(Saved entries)
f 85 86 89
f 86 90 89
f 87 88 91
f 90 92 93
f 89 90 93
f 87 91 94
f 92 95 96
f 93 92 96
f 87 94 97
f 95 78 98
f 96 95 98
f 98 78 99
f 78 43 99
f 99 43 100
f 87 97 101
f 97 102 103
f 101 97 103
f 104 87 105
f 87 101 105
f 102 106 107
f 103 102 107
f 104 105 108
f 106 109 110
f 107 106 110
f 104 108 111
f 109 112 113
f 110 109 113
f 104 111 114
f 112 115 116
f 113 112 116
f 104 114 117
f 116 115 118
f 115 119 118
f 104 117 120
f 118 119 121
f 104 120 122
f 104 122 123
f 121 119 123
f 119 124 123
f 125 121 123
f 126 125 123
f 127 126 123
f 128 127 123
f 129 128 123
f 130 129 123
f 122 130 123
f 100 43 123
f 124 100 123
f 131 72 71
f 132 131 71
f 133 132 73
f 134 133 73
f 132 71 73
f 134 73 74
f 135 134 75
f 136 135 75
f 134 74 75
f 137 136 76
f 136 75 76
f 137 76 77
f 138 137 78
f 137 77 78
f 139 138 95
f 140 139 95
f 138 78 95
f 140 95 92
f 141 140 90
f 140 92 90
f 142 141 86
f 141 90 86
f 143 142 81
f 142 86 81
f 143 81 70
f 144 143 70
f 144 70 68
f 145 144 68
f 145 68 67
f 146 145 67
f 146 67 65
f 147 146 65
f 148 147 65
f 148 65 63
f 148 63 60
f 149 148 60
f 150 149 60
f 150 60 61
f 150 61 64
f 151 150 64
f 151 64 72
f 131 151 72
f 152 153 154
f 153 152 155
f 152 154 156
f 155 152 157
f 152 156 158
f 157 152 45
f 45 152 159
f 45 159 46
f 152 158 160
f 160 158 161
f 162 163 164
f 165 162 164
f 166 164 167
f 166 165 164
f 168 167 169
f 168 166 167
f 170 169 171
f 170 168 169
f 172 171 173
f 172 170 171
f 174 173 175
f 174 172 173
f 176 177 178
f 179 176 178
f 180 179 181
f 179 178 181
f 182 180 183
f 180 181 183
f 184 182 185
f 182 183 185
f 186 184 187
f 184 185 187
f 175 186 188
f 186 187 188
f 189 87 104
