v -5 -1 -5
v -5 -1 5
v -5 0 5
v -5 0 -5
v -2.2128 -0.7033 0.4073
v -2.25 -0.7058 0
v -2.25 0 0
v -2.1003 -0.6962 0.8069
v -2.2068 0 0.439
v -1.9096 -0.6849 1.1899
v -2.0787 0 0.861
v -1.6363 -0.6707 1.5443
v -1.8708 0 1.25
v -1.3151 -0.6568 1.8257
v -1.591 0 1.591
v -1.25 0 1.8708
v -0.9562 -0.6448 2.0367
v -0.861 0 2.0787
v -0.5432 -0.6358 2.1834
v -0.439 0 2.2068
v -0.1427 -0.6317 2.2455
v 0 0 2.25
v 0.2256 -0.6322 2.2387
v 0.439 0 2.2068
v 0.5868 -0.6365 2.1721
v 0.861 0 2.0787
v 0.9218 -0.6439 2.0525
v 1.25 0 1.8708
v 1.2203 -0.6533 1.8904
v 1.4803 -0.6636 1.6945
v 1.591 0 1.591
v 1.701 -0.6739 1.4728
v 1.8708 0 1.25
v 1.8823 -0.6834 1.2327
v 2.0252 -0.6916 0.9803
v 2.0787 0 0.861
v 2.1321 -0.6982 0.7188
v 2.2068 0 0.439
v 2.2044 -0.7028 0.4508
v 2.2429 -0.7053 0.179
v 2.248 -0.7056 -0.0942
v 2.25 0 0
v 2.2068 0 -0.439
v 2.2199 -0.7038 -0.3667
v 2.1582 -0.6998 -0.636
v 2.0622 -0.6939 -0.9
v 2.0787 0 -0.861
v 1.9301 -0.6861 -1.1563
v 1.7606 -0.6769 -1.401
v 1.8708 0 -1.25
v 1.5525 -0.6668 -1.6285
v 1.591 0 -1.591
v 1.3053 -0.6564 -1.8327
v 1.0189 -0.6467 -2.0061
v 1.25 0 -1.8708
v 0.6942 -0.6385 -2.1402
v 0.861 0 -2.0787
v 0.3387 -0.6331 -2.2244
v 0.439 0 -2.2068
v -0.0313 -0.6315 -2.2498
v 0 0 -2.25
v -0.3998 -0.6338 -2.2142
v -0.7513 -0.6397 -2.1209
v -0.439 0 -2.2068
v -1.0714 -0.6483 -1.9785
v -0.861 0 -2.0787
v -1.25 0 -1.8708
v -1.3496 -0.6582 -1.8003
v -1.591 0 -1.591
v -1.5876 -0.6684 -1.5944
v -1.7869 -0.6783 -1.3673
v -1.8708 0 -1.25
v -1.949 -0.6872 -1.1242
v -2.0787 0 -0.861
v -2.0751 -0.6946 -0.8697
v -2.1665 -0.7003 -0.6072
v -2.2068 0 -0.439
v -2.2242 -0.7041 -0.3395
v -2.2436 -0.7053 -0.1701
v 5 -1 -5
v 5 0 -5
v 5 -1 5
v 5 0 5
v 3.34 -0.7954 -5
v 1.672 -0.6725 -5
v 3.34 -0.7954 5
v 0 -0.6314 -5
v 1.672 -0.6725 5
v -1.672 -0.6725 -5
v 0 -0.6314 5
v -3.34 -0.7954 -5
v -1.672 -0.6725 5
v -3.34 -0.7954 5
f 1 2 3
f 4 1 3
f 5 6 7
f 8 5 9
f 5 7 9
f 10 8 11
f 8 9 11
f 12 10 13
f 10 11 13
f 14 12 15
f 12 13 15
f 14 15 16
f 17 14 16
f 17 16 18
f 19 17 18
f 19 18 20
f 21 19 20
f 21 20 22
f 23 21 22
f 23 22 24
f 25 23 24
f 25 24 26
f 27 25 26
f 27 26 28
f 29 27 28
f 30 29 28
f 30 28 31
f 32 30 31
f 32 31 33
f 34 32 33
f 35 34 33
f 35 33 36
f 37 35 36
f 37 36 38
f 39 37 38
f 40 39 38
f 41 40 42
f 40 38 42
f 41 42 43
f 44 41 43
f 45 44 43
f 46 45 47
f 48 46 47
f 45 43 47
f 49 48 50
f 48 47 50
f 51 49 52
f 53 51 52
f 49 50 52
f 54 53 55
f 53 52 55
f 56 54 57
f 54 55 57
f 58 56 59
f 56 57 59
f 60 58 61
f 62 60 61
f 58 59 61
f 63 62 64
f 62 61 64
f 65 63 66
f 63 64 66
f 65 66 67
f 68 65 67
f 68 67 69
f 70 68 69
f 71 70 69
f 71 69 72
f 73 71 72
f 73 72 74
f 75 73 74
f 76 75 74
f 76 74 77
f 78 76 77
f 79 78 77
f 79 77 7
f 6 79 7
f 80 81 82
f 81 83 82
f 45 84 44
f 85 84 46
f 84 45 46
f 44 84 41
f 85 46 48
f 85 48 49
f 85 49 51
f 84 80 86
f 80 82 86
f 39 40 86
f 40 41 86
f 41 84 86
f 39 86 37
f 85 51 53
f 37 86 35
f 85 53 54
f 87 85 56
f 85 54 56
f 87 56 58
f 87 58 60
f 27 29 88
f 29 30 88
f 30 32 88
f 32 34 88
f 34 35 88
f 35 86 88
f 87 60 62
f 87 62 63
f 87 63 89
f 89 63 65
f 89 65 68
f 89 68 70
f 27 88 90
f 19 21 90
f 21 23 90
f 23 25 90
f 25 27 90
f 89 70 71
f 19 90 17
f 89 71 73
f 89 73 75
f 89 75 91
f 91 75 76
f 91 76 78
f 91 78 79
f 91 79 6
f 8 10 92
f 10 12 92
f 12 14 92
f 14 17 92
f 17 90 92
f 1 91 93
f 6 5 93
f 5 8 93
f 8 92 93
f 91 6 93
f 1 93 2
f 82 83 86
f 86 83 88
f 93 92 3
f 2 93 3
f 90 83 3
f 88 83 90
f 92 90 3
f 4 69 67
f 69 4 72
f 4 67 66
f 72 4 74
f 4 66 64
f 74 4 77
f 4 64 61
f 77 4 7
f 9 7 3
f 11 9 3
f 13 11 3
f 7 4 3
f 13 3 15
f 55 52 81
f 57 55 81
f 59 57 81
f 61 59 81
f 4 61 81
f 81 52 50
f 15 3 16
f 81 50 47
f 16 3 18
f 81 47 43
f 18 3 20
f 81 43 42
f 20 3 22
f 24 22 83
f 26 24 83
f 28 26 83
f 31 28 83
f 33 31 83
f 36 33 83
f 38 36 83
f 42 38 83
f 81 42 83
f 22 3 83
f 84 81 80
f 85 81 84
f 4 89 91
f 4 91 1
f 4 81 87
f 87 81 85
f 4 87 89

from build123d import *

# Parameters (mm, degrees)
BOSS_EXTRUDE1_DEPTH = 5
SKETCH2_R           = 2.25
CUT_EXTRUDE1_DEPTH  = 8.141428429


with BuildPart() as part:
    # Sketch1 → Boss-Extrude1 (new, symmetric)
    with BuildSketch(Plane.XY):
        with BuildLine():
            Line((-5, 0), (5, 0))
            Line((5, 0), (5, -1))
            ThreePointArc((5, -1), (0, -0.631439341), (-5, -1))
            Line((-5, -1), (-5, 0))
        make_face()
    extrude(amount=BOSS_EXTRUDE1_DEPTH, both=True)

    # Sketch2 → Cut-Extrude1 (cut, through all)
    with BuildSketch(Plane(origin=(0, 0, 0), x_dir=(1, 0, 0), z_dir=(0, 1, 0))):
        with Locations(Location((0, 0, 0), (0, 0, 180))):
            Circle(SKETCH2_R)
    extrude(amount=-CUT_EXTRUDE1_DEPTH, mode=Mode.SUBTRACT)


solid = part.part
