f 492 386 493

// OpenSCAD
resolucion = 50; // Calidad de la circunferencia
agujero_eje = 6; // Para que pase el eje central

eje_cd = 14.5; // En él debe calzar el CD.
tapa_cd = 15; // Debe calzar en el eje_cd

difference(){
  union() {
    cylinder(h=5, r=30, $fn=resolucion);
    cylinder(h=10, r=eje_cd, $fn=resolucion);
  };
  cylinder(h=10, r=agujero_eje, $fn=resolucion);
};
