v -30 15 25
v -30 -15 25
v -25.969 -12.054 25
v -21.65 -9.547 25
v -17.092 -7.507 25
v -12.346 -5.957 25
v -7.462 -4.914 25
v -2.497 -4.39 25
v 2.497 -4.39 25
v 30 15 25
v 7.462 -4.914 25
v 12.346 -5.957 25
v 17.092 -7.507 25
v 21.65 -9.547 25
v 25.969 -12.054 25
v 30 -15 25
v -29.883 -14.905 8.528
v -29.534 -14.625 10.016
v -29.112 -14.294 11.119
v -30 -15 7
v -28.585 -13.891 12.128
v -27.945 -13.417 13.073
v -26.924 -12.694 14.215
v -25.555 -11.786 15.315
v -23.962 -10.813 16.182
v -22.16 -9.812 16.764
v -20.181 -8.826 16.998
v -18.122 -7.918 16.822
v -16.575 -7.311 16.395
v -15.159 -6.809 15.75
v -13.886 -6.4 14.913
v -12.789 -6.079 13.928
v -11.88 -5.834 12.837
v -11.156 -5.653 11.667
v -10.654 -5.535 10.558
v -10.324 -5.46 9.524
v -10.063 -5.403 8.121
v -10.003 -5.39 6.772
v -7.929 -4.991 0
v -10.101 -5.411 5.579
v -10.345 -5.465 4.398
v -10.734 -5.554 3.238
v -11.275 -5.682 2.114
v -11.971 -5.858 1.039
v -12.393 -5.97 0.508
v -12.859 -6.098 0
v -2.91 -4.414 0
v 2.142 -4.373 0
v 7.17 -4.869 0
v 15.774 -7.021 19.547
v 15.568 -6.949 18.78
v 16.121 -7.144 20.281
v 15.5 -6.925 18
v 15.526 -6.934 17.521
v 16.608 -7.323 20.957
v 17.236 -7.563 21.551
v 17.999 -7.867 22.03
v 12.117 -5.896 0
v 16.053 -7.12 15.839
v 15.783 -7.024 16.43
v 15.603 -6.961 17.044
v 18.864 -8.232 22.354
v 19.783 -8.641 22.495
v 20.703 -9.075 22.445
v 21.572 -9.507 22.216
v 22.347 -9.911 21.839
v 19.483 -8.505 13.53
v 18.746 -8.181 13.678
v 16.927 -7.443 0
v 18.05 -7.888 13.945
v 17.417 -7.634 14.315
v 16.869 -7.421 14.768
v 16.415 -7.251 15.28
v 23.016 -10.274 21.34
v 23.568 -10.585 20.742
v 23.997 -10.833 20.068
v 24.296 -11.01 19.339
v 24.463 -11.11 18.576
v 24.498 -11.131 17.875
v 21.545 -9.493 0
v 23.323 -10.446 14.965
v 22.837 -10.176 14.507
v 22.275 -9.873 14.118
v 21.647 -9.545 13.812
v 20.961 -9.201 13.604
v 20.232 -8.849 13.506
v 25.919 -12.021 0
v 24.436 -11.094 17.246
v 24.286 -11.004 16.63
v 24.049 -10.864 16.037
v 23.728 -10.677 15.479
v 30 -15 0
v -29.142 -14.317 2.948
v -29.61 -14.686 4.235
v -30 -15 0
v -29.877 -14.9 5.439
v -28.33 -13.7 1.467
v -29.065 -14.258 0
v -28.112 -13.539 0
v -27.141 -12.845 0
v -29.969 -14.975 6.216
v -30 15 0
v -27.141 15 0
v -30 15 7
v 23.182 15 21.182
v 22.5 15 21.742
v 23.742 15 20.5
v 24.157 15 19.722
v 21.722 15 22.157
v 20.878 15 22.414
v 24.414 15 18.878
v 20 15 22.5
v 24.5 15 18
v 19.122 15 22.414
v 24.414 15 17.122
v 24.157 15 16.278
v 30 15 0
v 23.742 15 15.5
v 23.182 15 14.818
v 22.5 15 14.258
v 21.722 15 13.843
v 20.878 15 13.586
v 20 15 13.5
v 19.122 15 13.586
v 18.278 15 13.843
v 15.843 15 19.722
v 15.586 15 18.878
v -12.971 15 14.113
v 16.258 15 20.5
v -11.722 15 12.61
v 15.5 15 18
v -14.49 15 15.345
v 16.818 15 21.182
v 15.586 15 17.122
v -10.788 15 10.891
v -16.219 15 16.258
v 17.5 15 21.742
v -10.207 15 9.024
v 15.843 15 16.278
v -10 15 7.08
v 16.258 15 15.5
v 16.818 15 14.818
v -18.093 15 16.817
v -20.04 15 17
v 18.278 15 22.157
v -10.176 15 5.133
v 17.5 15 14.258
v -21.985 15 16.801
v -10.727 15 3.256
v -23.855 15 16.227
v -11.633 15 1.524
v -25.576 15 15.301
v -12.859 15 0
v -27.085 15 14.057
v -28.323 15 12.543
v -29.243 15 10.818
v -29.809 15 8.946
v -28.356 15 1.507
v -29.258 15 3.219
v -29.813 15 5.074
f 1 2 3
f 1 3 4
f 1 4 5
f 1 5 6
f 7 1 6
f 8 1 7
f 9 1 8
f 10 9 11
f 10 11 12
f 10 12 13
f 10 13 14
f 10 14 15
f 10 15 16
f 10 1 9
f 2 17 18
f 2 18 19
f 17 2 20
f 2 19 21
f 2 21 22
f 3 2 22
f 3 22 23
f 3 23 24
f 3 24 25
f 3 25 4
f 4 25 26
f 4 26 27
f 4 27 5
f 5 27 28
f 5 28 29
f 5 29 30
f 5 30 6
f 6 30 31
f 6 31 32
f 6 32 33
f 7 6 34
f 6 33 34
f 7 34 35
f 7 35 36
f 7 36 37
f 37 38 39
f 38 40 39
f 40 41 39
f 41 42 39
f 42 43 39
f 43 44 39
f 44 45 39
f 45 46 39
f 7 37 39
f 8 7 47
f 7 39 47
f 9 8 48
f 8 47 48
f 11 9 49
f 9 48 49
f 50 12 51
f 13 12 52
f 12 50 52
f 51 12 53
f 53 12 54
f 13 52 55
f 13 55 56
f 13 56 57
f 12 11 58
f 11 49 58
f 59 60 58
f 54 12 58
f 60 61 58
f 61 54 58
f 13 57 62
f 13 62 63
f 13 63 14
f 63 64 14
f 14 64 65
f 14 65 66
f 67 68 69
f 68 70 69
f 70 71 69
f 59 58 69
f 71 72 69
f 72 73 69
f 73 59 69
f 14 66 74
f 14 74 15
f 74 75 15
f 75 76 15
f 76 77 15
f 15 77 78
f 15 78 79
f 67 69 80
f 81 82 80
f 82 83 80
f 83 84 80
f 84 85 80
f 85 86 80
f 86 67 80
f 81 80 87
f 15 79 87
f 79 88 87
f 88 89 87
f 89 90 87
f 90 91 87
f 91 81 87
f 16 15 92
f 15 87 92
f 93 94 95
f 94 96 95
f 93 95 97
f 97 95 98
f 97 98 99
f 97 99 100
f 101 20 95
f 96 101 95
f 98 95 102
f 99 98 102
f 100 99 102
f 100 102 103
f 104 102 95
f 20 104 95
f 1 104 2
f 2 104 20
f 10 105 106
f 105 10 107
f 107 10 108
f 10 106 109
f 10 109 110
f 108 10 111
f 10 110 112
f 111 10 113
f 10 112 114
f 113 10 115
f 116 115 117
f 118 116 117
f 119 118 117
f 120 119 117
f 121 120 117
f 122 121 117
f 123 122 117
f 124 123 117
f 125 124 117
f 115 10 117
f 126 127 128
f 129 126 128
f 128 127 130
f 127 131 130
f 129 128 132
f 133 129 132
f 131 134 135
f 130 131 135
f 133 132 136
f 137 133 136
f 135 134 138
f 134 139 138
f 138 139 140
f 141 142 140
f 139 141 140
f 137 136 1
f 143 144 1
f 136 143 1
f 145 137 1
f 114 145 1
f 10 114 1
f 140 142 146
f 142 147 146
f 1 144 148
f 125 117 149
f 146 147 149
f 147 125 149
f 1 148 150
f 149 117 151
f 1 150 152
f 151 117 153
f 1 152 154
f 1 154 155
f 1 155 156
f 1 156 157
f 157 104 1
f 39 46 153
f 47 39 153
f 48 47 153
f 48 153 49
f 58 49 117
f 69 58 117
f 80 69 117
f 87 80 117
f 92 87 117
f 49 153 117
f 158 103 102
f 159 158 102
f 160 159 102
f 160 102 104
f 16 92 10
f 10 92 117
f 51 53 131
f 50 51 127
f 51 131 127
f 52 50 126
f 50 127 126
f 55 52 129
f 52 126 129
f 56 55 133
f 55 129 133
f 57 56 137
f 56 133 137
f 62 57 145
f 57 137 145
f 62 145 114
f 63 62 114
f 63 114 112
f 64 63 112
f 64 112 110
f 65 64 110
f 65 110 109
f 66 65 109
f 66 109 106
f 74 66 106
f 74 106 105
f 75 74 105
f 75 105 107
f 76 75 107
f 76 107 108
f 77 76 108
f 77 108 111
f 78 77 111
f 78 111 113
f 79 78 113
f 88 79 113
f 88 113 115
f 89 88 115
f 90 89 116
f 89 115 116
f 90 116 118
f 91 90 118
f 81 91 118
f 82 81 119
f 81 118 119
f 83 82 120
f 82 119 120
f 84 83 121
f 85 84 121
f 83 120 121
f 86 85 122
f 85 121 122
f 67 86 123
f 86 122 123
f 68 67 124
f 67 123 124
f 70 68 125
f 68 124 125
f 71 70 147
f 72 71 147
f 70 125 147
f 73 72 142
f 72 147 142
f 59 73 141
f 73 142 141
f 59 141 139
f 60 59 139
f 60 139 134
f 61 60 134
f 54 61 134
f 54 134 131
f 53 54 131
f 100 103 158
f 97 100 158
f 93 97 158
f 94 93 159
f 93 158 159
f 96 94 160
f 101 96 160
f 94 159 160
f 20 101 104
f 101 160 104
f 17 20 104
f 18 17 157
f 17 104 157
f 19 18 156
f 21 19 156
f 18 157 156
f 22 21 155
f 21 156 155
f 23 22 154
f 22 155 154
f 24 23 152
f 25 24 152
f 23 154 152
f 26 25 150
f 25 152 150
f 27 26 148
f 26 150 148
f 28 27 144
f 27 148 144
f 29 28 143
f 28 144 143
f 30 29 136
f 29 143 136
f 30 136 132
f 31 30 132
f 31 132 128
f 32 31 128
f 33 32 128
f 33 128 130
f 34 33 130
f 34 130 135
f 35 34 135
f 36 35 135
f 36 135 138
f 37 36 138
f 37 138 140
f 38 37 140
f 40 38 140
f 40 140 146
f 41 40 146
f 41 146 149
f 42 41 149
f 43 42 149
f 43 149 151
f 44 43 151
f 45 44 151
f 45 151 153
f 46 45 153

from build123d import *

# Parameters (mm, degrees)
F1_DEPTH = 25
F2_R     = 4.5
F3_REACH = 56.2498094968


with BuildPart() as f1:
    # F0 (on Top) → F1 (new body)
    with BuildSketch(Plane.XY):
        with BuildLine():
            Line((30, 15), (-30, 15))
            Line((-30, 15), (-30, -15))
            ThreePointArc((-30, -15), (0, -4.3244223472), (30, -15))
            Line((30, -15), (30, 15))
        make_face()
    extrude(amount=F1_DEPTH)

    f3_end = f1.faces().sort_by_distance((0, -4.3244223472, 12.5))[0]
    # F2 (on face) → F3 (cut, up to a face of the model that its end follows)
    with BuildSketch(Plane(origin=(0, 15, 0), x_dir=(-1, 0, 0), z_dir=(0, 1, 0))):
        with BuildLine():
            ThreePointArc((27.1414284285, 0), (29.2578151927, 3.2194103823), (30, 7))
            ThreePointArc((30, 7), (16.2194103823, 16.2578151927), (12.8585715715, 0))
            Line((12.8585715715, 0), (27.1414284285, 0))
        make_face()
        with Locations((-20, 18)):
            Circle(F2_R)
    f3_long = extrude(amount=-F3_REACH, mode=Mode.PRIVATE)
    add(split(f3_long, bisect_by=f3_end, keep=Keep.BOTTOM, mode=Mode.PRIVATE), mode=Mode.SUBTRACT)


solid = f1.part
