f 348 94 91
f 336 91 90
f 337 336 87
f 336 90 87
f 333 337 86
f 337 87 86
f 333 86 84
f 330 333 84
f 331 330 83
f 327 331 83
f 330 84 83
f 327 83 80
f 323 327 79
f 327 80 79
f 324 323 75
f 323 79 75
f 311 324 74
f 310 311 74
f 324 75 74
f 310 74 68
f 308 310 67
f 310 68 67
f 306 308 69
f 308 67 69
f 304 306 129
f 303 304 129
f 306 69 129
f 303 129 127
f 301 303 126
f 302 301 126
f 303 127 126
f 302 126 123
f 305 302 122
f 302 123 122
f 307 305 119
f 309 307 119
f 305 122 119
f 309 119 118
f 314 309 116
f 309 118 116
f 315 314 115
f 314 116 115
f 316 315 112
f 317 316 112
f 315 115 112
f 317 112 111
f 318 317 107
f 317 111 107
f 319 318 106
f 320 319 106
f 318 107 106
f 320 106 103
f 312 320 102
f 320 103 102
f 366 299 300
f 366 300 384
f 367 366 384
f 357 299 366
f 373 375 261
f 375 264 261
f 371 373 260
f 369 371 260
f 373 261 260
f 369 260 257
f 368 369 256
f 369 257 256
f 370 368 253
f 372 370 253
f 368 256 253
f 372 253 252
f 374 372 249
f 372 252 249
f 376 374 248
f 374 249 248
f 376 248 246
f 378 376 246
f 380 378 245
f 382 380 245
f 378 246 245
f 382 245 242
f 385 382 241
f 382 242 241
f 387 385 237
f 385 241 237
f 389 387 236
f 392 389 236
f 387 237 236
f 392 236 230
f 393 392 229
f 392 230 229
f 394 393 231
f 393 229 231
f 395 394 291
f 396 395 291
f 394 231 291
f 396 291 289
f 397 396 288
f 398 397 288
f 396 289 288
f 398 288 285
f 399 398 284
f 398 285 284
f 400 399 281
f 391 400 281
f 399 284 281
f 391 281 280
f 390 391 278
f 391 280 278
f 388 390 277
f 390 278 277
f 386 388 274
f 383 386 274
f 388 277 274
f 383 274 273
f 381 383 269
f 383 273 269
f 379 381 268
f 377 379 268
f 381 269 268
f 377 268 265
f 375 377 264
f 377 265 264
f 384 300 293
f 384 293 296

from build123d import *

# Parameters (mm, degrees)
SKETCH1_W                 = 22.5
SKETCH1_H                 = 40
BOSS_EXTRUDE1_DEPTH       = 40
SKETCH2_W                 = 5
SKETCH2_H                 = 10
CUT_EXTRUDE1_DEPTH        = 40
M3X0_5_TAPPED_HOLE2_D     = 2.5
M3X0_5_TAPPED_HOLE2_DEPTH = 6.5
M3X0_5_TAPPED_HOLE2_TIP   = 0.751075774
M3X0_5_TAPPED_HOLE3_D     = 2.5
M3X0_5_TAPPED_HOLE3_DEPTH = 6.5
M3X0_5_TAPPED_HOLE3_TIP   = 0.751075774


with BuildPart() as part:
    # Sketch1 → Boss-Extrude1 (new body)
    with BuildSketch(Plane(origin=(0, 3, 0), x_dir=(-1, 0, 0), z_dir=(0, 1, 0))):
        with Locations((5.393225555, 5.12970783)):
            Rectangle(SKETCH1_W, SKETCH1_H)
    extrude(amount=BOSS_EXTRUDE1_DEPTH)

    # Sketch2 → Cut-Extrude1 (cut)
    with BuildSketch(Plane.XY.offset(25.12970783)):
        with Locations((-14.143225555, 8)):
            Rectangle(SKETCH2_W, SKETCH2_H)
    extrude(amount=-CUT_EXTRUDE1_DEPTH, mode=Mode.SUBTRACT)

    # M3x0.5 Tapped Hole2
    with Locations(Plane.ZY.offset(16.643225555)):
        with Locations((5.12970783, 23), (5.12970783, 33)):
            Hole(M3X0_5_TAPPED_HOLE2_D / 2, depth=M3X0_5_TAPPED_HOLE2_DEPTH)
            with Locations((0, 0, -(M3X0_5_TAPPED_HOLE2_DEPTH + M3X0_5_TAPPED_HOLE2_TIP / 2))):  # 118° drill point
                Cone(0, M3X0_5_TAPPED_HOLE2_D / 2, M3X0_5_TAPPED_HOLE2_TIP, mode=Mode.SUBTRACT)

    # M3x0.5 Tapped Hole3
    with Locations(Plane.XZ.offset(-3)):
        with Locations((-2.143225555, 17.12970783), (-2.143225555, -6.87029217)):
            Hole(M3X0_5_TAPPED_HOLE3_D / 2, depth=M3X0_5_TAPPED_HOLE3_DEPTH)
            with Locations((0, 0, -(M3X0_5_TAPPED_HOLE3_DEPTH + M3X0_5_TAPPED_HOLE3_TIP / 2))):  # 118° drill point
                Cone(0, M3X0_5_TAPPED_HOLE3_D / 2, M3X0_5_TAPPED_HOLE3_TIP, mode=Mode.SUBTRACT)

> _Work instruction_
There is a line with "f 372 252 249" and a line with "f 398 285 284" above. Copy exactly those two lines and all lines between them, with nothing else.

> _Your response_
f 372 252 249
f 376 374 248
f 374 249 248
f 376 248 246
f 378 376 246
f 380 378 245
f 382 380 245
f 378 246 245
f 382 245 242
f 385 382 241
f 382 242 241
f 387 385 237
f 385 241 237
f 389 387 236
f 392 389 236
f 387 237 236
f 392 236 230
f 393 392 229
f 392 230 229
f 394 393 231
f 393 229 231
f 395 394 291
f 396 395 291
f 394 231 291
f 396 291 289
f 397 396 288
f 398 397 288
f 396 289 288
f 398 288 285
f 399 398 284
f 398 285 284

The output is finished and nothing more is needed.